_Task directions_. Begin at the line containing "f 189 89 87" in the data below and go on through the line containing "f 183 184 225", repeating each line exactly; include both ends and no other line.

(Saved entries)

┄┄┄┄┄┄

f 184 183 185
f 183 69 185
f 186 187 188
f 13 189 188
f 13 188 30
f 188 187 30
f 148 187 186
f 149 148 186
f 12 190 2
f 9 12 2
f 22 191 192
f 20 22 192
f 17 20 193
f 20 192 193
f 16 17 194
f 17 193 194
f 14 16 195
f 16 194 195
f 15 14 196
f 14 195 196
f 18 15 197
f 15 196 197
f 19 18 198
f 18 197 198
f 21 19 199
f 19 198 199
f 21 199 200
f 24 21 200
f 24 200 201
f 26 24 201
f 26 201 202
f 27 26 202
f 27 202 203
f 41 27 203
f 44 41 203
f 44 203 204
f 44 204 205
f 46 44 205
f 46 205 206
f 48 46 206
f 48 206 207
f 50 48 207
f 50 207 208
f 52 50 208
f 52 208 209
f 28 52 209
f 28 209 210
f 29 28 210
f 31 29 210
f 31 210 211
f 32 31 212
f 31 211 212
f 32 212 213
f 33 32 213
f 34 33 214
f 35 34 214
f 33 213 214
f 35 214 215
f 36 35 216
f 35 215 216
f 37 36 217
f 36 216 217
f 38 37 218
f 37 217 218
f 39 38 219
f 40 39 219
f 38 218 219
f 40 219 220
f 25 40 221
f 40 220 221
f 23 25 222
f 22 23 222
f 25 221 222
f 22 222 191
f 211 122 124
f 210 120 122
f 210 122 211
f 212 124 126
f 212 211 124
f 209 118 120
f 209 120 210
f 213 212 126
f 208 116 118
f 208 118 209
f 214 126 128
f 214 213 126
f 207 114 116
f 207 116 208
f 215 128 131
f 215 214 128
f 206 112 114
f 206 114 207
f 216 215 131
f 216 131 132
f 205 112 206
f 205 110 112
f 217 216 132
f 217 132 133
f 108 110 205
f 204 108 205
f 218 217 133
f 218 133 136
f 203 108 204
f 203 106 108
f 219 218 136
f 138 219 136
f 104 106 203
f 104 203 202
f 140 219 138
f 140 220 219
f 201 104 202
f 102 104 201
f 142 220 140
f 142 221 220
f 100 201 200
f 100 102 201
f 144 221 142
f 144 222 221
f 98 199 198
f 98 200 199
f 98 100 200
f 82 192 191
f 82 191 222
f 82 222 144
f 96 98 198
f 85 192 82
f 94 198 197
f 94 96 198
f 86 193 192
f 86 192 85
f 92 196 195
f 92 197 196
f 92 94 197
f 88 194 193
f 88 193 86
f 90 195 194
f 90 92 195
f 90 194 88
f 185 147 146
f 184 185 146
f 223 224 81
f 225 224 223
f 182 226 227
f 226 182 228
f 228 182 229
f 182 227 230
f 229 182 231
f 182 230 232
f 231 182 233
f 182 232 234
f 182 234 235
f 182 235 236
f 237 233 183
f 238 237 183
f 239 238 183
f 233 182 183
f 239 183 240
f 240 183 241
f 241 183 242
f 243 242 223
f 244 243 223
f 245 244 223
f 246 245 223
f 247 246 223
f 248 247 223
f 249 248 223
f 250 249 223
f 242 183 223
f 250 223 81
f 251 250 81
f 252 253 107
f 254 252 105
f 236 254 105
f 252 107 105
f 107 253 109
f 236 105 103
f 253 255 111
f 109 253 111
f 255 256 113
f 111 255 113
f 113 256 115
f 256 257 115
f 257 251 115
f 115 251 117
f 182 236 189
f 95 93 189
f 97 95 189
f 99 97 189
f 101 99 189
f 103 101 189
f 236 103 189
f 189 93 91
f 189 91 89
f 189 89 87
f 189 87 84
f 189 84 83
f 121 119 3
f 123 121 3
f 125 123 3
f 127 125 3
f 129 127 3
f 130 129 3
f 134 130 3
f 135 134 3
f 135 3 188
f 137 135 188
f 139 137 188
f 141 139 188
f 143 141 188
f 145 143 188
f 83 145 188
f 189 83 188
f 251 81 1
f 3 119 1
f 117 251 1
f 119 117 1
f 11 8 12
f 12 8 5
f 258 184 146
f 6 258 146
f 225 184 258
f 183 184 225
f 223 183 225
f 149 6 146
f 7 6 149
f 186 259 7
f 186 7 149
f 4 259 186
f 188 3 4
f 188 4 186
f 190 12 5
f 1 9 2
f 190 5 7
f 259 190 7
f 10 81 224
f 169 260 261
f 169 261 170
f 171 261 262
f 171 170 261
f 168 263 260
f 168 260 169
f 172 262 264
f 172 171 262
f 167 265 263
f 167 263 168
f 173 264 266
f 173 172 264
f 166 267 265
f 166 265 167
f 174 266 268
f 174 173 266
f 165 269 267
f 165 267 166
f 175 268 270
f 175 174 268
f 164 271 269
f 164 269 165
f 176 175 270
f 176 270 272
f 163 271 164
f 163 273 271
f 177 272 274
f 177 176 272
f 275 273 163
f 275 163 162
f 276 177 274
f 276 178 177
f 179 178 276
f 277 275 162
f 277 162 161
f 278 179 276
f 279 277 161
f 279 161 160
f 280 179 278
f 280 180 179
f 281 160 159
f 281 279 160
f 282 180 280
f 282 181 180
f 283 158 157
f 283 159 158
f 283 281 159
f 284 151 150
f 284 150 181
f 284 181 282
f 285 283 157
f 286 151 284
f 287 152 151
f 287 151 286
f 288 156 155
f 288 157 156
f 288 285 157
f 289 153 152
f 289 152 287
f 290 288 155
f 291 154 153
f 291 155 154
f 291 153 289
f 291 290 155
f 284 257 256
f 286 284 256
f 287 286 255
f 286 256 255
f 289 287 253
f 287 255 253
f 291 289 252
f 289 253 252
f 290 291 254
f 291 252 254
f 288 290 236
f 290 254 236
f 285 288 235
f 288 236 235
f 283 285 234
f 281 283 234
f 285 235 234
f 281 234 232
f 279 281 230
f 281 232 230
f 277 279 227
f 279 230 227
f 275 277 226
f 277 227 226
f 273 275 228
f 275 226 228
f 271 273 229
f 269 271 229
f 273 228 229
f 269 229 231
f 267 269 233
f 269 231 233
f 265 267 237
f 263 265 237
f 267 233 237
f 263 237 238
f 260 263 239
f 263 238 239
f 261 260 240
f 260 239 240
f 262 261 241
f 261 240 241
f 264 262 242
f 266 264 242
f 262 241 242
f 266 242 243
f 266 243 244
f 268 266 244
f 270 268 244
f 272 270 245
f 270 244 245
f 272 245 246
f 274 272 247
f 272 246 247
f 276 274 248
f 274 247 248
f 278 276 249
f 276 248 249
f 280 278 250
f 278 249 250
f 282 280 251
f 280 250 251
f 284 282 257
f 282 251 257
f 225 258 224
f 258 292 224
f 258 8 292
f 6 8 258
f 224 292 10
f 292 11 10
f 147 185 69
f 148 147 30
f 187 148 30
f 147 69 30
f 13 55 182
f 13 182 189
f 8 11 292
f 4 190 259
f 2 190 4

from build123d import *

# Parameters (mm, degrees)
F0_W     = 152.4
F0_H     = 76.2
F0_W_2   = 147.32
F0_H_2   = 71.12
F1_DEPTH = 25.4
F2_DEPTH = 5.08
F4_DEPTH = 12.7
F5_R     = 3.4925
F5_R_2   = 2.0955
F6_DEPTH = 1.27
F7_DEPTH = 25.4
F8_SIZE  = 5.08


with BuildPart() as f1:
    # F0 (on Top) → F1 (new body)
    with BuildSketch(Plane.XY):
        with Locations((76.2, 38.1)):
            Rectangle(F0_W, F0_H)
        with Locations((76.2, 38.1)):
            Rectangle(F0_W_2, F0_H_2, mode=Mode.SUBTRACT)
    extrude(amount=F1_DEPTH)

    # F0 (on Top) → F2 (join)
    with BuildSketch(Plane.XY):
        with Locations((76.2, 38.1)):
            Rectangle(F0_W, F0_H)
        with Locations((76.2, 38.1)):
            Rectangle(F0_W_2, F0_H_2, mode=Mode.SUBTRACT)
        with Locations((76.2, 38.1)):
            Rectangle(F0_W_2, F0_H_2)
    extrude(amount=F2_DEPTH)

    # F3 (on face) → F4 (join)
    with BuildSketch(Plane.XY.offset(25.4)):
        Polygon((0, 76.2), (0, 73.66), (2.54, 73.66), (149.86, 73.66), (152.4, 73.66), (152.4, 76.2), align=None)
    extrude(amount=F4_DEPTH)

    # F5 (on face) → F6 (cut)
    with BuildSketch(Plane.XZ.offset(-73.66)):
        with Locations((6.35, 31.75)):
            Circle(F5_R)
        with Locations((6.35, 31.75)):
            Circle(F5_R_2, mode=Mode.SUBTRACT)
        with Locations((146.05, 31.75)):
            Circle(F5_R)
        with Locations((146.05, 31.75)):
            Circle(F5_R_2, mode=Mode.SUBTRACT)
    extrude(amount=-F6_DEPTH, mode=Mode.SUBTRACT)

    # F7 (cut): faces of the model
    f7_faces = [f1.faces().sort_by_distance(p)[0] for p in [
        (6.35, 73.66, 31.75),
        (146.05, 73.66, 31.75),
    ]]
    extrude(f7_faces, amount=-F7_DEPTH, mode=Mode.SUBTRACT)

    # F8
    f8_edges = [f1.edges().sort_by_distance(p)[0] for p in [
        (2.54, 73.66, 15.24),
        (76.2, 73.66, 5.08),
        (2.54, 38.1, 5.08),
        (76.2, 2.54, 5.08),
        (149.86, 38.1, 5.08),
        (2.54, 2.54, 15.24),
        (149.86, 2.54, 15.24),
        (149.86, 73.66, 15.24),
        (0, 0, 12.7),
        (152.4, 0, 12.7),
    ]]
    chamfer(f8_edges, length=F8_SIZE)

┄┄┄┄┄┄

_Task result_.
f 189 89 87
f 189 87 84
f 189 84 83
f 121 119 3
f 123 121 3
f 125 123 3
f 127 125 3
f 129 127 3
f 130 129 3
f 134 130 3
f 135 134 3
f 135 3 188
f 137 135 188
f 139 137 188
f 141 139 188
f 143 141 188
f 145 143 188
f 83 145 188
f 189 83 188
f 251 81 1
f 3 119 1
f 117 251 1
f 119 117 1
f 11 8 12
f 12 8 5
f 258 184 146
f 6 258 146
f 225 184 258
f 183 184 225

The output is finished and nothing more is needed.